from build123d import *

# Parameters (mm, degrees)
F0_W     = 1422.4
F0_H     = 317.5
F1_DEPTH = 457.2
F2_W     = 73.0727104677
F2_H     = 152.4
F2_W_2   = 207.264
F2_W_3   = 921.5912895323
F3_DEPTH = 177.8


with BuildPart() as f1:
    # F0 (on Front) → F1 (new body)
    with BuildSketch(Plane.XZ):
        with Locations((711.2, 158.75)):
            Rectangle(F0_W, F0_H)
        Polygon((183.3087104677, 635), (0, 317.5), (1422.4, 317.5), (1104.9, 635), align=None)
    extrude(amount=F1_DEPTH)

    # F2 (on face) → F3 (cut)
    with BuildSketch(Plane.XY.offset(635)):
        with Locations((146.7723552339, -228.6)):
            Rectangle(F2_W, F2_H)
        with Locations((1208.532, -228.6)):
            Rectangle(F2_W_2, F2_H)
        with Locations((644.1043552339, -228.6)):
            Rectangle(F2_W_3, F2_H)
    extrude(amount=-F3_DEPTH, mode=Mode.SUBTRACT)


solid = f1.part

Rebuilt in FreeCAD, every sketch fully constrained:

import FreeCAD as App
import Part
import Sketcher
Q = App.Units.Quantity

doc = App.newDocument("Part")
body = doc.addObject("PartDesign::Body", "Body")

# Sketch on XZ plane
sketch1 = doc.addObject("Sketcher::SketchObject", "Sketch")
body.addObject(sketch1)
sketch1.AttachmentSupport = (doc.XZ_Plane, [""])
sketch1.MapMode = "FlatFace"
sketch1.addGeometry([
    Part.LineSegment(App.Vector(0, 318, 0), App.Vector(0, 0, 0)),  # 0
    Part.LineSegment(App.Vector(0, 0, 0), App.Vector(1422, 0, 0)),  # 1
    Part.LineSegment(App.Vector(1422, 0, 0), App.Vector(1422, 318, 0)),  # 2
    Part.LineSegment(App.Vector(1422, 318, 0), App.Vector(1105, 635, 0)),  # 3
    Part.LineSegment(App.Vector(1105, 635, 0), App.Vector(183, 635, 0)),  # 4
    Part.LineSegment(App.Vector(183, 635, 0), App.Vector(0, 318, 0)),  # 5
], False)
sketch1.addConstraint([
    Sketcher.Constraint("Coincident", 0, 2, 1, 1),
    Sketcher.Constraint("Coincident", 1, 2, 2, 1),
    Sketcher.Constraint("Coincident", 2, 2, 3, 1),
    Sketcher.Constraint("Coincident", 3, 2, 4, 1),
    Sketcher.Constraint("Coincident", 4, 2, 5, 1),
    Sketcher.Constraint("Coincident", 5, 2, 0, 1),
    Sketcher.Constraint("Vertical", 0),
    Sketcher.Constraint("Horizontal", 1),
    Sketcher.Constraint("Vertical", 2),
    Sketcher.Constraint("Horizontal", 4),
    Sketcher.Constraint("Coincident", 0, 2, -1, 1),
    Sketcher.Constraint("Horizontal", 2, 2, 5, 2),
    Sketcher.Constraint("DistanceX", 1, 1, 1, 2, Q("56 in")),
    Sketcher.Constraint("DistanceY", 0, 2, 0, 1, Q("12.5 in")),
    Sketcher.Constraint("DistanceY", -1, 1, 3, 2, Q("25 in")),
    Sketcher.Constraint("Angle", 3, Q("135 deg")),
    Sketcher.Constraint("Angle", 5, Q("-120 deg")),
])
pad1 = doc.addObject("PartDesign::Pad", "Pad")
body.addObject(pad1)
pad1.Profile = sketch1
pad1.Length = Q("18 in")

# Sketch on XY plane
sketch2 = doc.addObject("Sketcher::SketchObject", "Sketch001")
body.addObject(sketch2)
sketch2.AttachmentSupport = (doc.XY_Plane, [""])
sketch2.MapMode = "FlatFace"
sketch2.AttachmentOffset = App.Placement(App.Vector(0, 0, 25 * 25.4), App.Rotation())
sketch2.addGeometry([
    Part.LineSegment(App.Vector(110, -152, 0), App.Vector(110, -305, 0)),
    Part.LineSegment(App.Vector(110, -305, 0), App.Vector(1312, -305, 0)),
    Part.LineSegment(App.Vector(1312, -305, 0), App.Vector(1312, -152, 0)),
    Part.LineSegment(App.Vector(1312, -152, 0), App.Vector(110, -152, 0)),
], False)
sketch2.addConstraint([
    Sketcher.Constraint("Coincident", 0, 2, 1, 1),
    Sketcher.Constraint("Coincident", 1, 2, 2, 1),
    Sketcher.Constraint("Coincident", 2, 2, 3, 1),
    Sketcher.Constraint("Coincident", 3, 2, 0, 1),
    Sketcher.Constraint("Vertical", 0),
    Sketcher.Constraint("Horizontal", 1),
    Sketcher.Constraint("Vertical", 2),
    Sketcher.Constraint("Horizontal", 3),
    Sketcher.Constraint("DistanceY", 0, 2, 0, 1, Q("6 in")),
    Sketcher.Constraint("DistanceY", 0, 2, -1, 1, Q("12 in")),
    Sketcher.Constraint("DistanceX", 1, 1, 1, 2, Q("47.32 in")),
    Sketcher.Constraint("DistanceX", -1, 1, 0, 2, Q("4.34 in")),
])
pocket1 = doc.addObject("PartDesign::Pocket", "Pocket")
body.addObject(pocket1)
pocket1.Profile = sketch2
pocket1.Length = Q("7 in")

doc.recompute()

+ + + +

What you need to do. Report how many lines in the data include the word "amount", and give nothing but the count.

Result of the task. 2